Thank you for sharing.I wish I was that lucky to find the remedy in adopting another dog.I lost my last family dog in February and since 7 months I have been grieving and as I know myself I will be grieving the rest of my life as I have been still grieving my grandma.My ECS were the 5 puppies of Maya,our family dog.Except one,I kept all of them because I was not trusting anyone.Despite being vaccinated by the same vet ,at the same time,with same vaccinations we lost Lovely at age 1 to Parvo.So,this was a shock having a vaccinated dog and loosing to Parvo.Nevertheless,within the last 3 years,we lost the remaining 3 ones .My last girl almost age 15 in February.I used to always recommend dog owners to replace the loss of their dogs by adopting another dog.However,except rescuing dogs ,helping or feedings dogs or except the ones I had to adopt myself such as Peri,I cannot think myself of getting another dog at the moment.First I thought the reason would be ;- is it disloyalty to my girl ? - is it having the idea to be able to replace it ? - is it fooling oneself that the pain will decrease??

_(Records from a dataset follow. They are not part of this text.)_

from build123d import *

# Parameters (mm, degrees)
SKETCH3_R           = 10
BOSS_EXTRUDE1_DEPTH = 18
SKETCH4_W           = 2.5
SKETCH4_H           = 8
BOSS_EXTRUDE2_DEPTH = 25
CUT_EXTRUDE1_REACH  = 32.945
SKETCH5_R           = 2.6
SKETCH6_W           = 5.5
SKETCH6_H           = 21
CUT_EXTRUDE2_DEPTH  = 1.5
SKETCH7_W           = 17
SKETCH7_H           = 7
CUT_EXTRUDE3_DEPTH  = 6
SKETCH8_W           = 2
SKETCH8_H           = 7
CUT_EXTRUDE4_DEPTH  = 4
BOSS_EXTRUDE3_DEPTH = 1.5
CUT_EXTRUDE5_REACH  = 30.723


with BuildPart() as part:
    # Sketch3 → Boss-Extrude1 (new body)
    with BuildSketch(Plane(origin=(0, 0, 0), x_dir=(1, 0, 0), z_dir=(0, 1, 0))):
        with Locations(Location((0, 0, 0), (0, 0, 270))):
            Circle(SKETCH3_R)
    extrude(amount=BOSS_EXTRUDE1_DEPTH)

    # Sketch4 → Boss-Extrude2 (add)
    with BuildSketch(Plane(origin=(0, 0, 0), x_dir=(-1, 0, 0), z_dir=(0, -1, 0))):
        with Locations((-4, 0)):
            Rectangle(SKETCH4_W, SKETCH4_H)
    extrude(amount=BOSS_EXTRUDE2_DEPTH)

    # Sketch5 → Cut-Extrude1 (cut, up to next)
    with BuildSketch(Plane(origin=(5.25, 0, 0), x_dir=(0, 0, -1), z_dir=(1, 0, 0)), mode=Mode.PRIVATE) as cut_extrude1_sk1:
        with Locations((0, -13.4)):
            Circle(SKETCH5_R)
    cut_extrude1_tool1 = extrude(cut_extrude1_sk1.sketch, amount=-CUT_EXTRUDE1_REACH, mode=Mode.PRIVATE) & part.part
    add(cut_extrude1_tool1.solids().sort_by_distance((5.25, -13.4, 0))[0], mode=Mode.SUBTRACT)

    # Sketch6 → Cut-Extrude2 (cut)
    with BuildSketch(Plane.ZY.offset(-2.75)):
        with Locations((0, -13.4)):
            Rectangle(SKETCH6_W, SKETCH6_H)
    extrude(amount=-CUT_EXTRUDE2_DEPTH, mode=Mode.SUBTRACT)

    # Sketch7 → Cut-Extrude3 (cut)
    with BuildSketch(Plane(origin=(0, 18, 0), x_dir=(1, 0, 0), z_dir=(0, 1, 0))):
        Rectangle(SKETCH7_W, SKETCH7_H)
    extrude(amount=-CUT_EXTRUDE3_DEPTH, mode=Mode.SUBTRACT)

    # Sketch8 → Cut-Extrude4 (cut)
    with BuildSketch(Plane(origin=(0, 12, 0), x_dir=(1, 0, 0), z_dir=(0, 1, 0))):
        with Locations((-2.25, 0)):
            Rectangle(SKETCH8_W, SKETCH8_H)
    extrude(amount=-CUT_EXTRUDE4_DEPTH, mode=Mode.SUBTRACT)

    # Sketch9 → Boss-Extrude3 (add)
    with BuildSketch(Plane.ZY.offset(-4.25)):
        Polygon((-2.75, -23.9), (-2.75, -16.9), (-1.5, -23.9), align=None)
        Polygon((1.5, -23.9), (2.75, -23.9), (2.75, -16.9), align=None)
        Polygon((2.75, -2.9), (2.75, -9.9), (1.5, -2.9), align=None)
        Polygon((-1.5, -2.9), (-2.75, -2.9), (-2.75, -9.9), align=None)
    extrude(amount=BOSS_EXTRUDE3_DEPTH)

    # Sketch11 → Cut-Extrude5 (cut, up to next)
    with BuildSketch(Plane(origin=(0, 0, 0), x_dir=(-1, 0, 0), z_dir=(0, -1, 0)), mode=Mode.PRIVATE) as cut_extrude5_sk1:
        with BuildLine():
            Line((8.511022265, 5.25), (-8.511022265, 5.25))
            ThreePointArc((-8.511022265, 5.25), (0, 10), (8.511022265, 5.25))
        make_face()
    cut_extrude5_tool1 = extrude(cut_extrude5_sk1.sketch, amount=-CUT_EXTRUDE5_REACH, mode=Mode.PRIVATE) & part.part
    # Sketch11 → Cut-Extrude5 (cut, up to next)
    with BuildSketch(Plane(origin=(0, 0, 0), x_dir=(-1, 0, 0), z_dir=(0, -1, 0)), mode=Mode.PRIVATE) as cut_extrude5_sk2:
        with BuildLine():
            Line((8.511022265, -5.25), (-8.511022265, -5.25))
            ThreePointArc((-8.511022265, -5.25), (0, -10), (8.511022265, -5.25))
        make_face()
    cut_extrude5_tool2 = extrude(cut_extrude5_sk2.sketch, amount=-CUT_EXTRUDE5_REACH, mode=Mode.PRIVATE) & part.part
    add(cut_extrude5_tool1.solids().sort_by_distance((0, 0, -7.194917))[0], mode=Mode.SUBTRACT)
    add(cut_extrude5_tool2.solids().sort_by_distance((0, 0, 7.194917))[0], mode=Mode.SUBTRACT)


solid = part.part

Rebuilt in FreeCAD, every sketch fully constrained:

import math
import FreeCAD as App
import Part
import Sketcher
from FreeCAD import Vector
Q = App.Units.Quantity

doc = App.newDocument("Part")
body = doc.addObject("PartDesign::Body", "Body")

# Sketch on XZ plane
sketch1 = body.newObject("Sketcher::SketchObject", "Sketch")
sketch1.AttachmentSupport = (doc.getObject("XZ_Plane"), [""])
sketch1.MapMode = "FlatFace"
sketch1.addGeometry(Part.Circle(Vector(0, 0, 0), Vector(0, 0, 1), 10), False)
sketch1.addConstraint([
    Sketcher.Constraint("Coincident", 0, 3, -1, 1),
    Sketcher.Constraint("Diameter", 0, Q("20 mm")),
])
pad1 = body.newObject("PartDesign::Pad", "Pad")
pad1.Profile = sketch1
pad1.Length = 18
pad1.Reversed = True

# Sketch on XZ plane
sketch2 = body.newObject("Sketcher::SketchObject", "Sketch001")
sketch2.AttachmentSupport = (doc.getObject("XZ_Plane"), [""])
sketch2.MapMode = "FlatFace"
sketch2.addGeometry([
    Part.LineSegment(Vector(5.2, -4, 0), Vector(5.2, 4, 0)),
    Part.LineSegment(Vector(5.2, 4, 0), Vector(2.8, 4, 0)),
    Part.LineSegment(Vector(2.8, 4, 0), Vector(2.8, -4, 0)),
    Part.LineSegment(Vector(2.8, -4, 0), Vector(5.2, -4, 0)),
], False)
sketch2.addConstraint([
    Sketcher.Constraint("Coincident", 0, 2, 1, 1),
    Sketcher.Constraint("Coincident", 1, 2, 2, 1),
    Sketcher.Constraint("Coincident", 2, 2, 3, 1),
    Sketcher.Constraint("Coincident", 3, 2, 0, 1),
    Sketcher.Constraint("Vertical", 0),
    Sketcher.Constraint("Horizontal", 1),
    Sketcher.Constraint("Vertical", 2),
    Sketcher.Constraint("Horizontal", 3),
    Sketcher.Constraint("DistanceY", 0, 1, 0, 2, Q("8 mm")),
    Sketcher.Constraint("DistanceX", 1, 2, 1, 1, Q("2.5 mm")),
    Sketcher.Constraint("DistanceY", -1, 1, 0, 2, Q("4 mm")),
    Sketcher.Constraint("DistanceX", -1, 1, 0, 2, Q("5.25 mm")),
])
pad2 = body.newObject("PartDesign::Pad", "Pad001")
pad2.Profile = sketch2
pad2.Length = 25

# Sketch on YZ plane
sketch3 = body.newObject("Sketcher::SketchObject", "Sketch002")
sketch3.AttachmentSupport = (doc.getObject("YZ_Plane"), [""])
sketch3.MapMode = "FlatFace"
sketch3.AttachmentOffset = App.Placement(Vector(0, 0, 5.25), App.Rotation())
sketch3.addGeometry(Part.Circle(Vector(-13.4, 0, 0), Vector(0, 0, 1), 2.6), False)
sketch3.addConstraint([
    Sketcher.Constraint("PointOnObject", 0, 3, -1),
    Sketcher.Constraint("Diameter", 0, Q("5.2 mm")),
    Sketcher.Constraint("DistanceX", 0, 3, -1, 1, Q("13.4 mm")),
])
pocket1 = body.newObject("PartDesign::Pocket", "Pocket")
pocket1.Profile = sketch3
pocket1.Type = "UpToFirst"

Most of the times , I even wanted to contact here on the forum @swishywagga and how she once responded me that she will when the time comes or similar.
I still do not know what is the reason for her not getting a dog yet although her being an active Forum Member and a real dog lover but would not be surprised if she said that she is not ready or will never be ready.
Because I will not be ready.I did not have time yet to grieve her due to life responsibilities including my rescue & adopted dogs.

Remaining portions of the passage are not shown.